→ **WHAT THE TASK ASKS**
Up to and including the line with "face PLANE(AX(P(0,0,0),D(0,1,0),D(0,0,1))) rev [-e3 -e8", copy the records below exactly from their first line.

--- RAW DATA Enclosed Below ---

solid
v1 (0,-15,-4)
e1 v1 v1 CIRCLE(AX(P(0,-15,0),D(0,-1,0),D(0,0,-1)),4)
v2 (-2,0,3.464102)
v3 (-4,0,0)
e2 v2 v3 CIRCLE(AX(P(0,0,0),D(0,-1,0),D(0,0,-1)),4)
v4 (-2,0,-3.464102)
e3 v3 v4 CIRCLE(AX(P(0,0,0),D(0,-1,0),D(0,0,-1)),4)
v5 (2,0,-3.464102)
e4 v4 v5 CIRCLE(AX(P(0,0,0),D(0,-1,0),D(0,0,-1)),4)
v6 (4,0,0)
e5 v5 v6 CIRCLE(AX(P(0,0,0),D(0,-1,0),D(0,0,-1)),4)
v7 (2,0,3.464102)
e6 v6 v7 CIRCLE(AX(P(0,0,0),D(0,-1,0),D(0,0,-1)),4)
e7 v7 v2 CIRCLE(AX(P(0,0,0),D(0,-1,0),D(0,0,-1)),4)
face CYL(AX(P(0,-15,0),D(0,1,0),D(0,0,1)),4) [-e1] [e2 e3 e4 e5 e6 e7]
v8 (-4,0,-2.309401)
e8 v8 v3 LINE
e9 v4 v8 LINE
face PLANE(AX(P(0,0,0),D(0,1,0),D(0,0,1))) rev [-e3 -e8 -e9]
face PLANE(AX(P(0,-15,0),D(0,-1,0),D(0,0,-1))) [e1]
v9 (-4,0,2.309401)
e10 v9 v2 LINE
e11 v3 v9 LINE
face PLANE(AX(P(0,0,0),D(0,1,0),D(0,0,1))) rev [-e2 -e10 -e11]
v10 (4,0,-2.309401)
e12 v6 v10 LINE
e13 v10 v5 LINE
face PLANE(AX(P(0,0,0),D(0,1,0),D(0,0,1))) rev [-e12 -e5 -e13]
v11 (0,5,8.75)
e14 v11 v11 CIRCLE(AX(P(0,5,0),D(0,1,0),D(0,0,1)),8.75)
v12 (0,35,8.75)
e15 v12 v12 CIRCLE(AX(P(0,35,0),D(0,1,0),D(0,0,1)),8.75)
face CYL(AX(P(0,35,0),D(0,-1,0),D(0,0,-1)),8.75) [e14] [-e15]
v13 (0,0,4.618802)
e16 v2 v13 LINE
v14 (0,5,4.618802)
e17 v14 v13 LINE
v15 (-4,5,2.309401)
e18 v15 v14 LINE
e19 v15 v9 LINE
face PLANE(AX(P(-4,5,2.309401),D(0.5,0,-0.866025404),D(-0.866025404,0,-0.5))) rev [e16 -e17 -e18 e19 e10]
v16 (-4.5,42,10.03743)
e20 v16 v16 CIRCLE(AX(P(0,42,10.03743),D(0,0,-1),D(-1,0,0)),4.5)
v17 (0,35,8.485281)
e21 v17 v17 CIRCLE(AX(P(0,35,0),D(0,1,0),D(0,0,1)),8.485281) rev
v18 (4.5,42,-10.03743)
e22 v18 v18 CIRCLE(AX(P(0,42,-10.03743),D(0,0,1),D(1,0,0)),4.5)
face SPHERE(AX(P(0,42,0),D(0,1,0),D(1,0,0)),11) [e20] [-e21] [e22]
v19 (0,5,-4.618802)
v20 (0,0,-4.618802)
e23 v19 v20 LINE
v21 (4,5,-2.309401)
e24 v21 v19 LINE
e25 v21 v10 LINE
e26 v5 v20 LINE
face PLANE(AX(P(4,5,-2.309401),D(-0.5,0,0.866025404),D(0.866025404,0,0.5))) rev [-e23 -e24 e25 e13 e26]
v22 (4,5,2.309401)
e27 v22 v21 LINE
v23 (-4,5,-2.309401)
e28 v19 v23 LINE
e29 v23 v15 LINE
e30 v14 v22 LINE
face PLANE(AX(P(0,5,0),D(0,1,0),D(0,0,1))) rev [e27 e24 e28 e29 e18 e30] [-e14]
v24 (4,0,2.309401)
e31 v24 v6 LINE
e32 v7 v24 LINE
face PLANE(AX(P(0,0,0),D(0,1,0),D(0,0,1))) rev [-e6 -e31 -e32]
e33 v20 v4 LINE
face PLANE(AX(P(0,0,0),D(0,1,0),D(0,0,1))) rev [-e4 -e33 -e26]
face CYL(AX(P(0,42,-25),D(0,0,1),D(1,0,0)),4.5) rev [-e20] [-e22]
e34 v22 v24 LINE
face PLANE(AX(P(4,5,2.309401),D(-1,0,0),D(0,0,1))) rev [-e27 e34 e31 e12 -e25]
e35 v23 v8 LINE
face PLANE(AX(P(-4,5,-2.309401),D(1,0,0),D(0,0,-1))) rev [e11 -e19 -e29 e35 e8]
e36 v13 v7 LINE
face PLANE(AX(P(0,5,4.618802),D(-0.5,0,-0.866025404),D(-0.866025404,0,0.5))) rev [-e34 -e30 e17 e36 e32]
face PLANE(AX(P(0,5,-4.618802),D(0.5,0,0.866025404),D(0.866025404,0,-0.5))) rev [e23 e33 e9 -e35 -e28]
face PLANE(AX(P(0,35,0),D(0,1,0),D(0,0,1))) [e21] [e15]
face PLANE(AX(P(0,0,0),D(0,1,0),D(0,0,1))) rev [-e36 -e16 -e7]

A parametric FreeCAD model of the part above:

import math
import FreeCAD as App
import Part
import Sketcher
Q = App.Units.Quantity

doc = App.newDocument("Part")
body = doc.addObject("PartDesign::Body", "Body")

# Sketch on XZ plane
sketch1 = body.newObject("Sketcher::SketchObject", "Sketch")
sketch1.AttachmentSupport = (doc.getObject("XZ_Plane"), [""])
sketch1.MapMode = "FlatFace"
sketch1.addGeometry(Part.LineSegment(App.Vector(0, -4.6, 0), App.Vector(-4, -2.3, 0)), False)
sketch1.addGeometry(Part.LineSegment(App.Vector(-4, -2.3, 0), App.Vector(-4, 2.3, 0)), False)
sketch1.addGeometry(Part.LineSegment(App.Vector(-4, 2.3, 0), App.Vector(0, 4.6, 0)), False)
sketch1.addGeometry(Part.LineSegment(App.Vector(0, 4.6, 0), App.Vector(4, 2.3, 0)), False)
sketch1.addGeometry(Part.LineSegment(App.Vector(4, 2.3, 0), App.Vector(4, -2.3, 0)), False)
sketch1.addGeometry(Part.LineSegment(App.Vector(4, -2.3, 0), App.Vector(0, -4.6, 0)), False)
sketch1.addConstraint(Sketcher.Constraint("Coincident", 0, 2, 1, 1))
sketch1.addConstraint(Sketcher.Constraint("Coincident", 1, 2, 2, 1))
sketch1.addConstraint(Sketcher.Constraint("Coincident", 2, 2, 3, 1))
sketch1.addConstraint(Sketcher.Constraint("Coincident", 3, 2, 4, 1))
sketch1.addConstraint(Sketcher.Constraint("Coincident", 4, 2, 5, 1))
sketch1.addConstraint(Sketcher.Constraint("Coincident", 5, 2, 0, 1))
sketch1.addConstraint(Sketcher.Constraint("Vertical", 1))
sketch1.addConstraint(Sketcher.Constraint("Vertical", 4))
sketch1.addConstraint(Sketcher.Constraint("Symmetric", 0, 2, 3, 2, -1, 1))
sketch1.addConstraint(Sketcher.Constraint("Symmetric", 2, 2, 5, 2, -1, 1))
sketch1.addConstraint(Sketcher.Constraint("PointOnObject", 2, 2, -2))
sketch1.addConstraint(Sketcher.Constraint("Parallel", 2, 5))
sketch1.addConstraint(Sketcher.Constraint("Horizontal", 1, 2, 3, 2))
sketch1.addConstraint(Sketcher.Constraint("Angle", 0, Q("150 deg")))
sketch1.addConstraint(Sketcher.Constraint("DistanceX", 0, 2, -1, 1, 4.0))
sketch1.addConstraint(Sketcher.Constraint("DistanceY", 0, 2, -1, 1, 2.309401))
pad1 = body.newObject("PartDesign::Pad", "Pad")
pad1.Profile = sketch1
pad1.Length = 5
pad1.Reversed = True

# Sketch on XZ plane
sketch2 = body.newObject("Sketcher::SketchObject", "Sketch001")
sketch2.AttachmentSupport = (doc.getObject("XZ_Plane"), [""])
sketch2.MapMode = "FlatFace"
sketch2.AttachmentOffset = App.Placement(App.Vector(0, 0, -5), App.Rotation())
sketch2.addGeometry(Part.Circle(App.Vector(0, 0, 0), App.Vector(0, 0, 1), 9), False)
sketch2.addConstraint(Sketcher.Constraint("Coincident", 0, 3, -1, 1))
sketch2.addConstraint(Sketcher.Constraint("Diameter", 0, 17.5))
pad2 = body.newObject("PartDesign::Pad", "Pad001")
pad2.Profile = sketch2
pad2.Length = 30
pad2.Reversed = True

# Sketch on XY plane
sketch3 = body.newObject("Sketcher::SketchObject", "Sketch002")
sketch3.AttachmentSupport = (doc.getObject("XY_Plane"), [""])
sketch3.MapMode = "FlatFace"
sketch3.addGeometry(Part.ArcOfCircle(Part.Circle(App.Vector(0, 42, 0), App.Vector(0, 0, 1), 11), math.radians(-90), math.radians(90)), False)
sketch3.addGeometry(Part.LineSegment(App.Vector(0, 53, 0), App.Vector(0, 31, 0)), False)
sketch3.addConstraint(Sketcher.Constraint("Coincident", 0, 1, 1, 2))
sketch3.addConstraint(Sketcher.Constraint("Coincident", 1, 1, 0, 2))
sketch3.addConstraint(Sketcher.Constraint("Vertical", 1))
sketch3.addConstraint(Sketcher.Constraint("PointOnObject", 0, 3, -2))
sketch3.addConstraint(Sketcher.Constraint("PointOnObject", 0, 1, -2))
sketch3.addConstraint(Sketcher.Constraint("Radius", 0, 11.0))
sketch3.addConstraint(Sketcher.Constraint("DistanceY", -1, 1, 0, 3, 42.0))
revolution = body.newObject("PartDesign::Revolution", "Revolution")
revolution.Profile = sketch3
revolution.ReferenceAxis = (sketch3, ["V_Axis"])
revolution.Angle = 360

# Sketch on XY plane
sketch4 = body.newObject("Sketcher::SketchObject", "Sketch003")
sketch4.AttachmentSupport = (doc.getObject("XY_Plane"), [""])
sketch4.MapMode = "FlatFace"
sketch4.addGeometry(Part.Circle(App.Vector(0, 42, 0), App.Vector(0, 0, 1), 4.5), False)
sketch4.addConstraint(Sketcher.Constraint("PointOnObject", 0, 3, -2))
sketch4.addConstraint(Sketcher.Constraint("Diameter", 0, 9.0))
sketch4.addConstraint(Sketcher.Constraint("DistanceY", -1, 1, 0, 3, 42.0))
pocket1 = body.newObject("PartDesign::Pocket", "Pocket")
pocket1.Profile = sketch4
pocket1.Length = 50
pocket1.Midplane = True

# Sketch on XZ plane
sketch5 = body.newObject("Sketcher::SketchObject", "Sketch004")
sketch5.AttachmentSupport = (doc.getObject("XZ_Plane"), [""])
sketch5.MapMode = "FlatFace"
sketch5.addGeometry(Part.Circle(App.Vector(0, 0, 0), App.Vector(0, 0, 1), 4), False)
sketch5.addConstraint(Sketcher.Constraint("Coincident", 0, 3, -1, 1))
sketch5.addConstraint(Sketcher.Constraint("Diameter", 0, 8.0))
pad3 = body.newObject("PartDesign::Pad", "Pad002")
pad3.Profile = sketch5
pad3.Length = 15

doc.recompute()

--- End of Enclosed RAW DATA ---

→ **RESULT BELOW**
solid
v1 (0,-15,-4)
e1 v1 v1 CIRCLE(AX(P(0,-15,0),D(0,-1,0),D(0,0,-1)),4)
v2 (-2,0,3.464102)
v3 (-4,0,0)
e2 v2 v3 CIRCLE(AX(P(0,0,0),D(0,-1,0),D(0,0,-1)),4)
v4 (-2,0,-3.464102)
e3 v3 v4 CIRCLE(AX(P(0,0,0),D(0,-1,0),D(0,0,-1)),4)
v5 (2,0,-3.464102)
e4 v4 v5 CIRCLE(AX(P(0,0,0),D(0,-1,0),D(0,0,-1)),4)
v6 (4,0,0)
e5 v5 v6 CIRCLE(AX(P(0,0,0),D(0,-1,0),D(0,0,-1)),4)
v7 (2,0,3.464102)
e6 v6 v7 CIRCLE(AX(P(0,0,0),D(0,-1,0),D(0,0,-1)),4)
e7 v7 v2 CIRCLE(AX(P(0,0,0),D(0,-1,0),D(0,0,-1)),4)
face CYL(AX(P(0,-15,0),D(0,1,0),D(0,0,1)),4) [-e1] [e2 e3 e4 e5 e6 e7]
v8 (-4,0,-2.309401)
e8 v8 v3 LINE
e9 v4 v8 LINE
face PLANE(AX(P(0,0,0),D(0,1,0),D(0,0,1))) rev [-e3 -e8 -e9]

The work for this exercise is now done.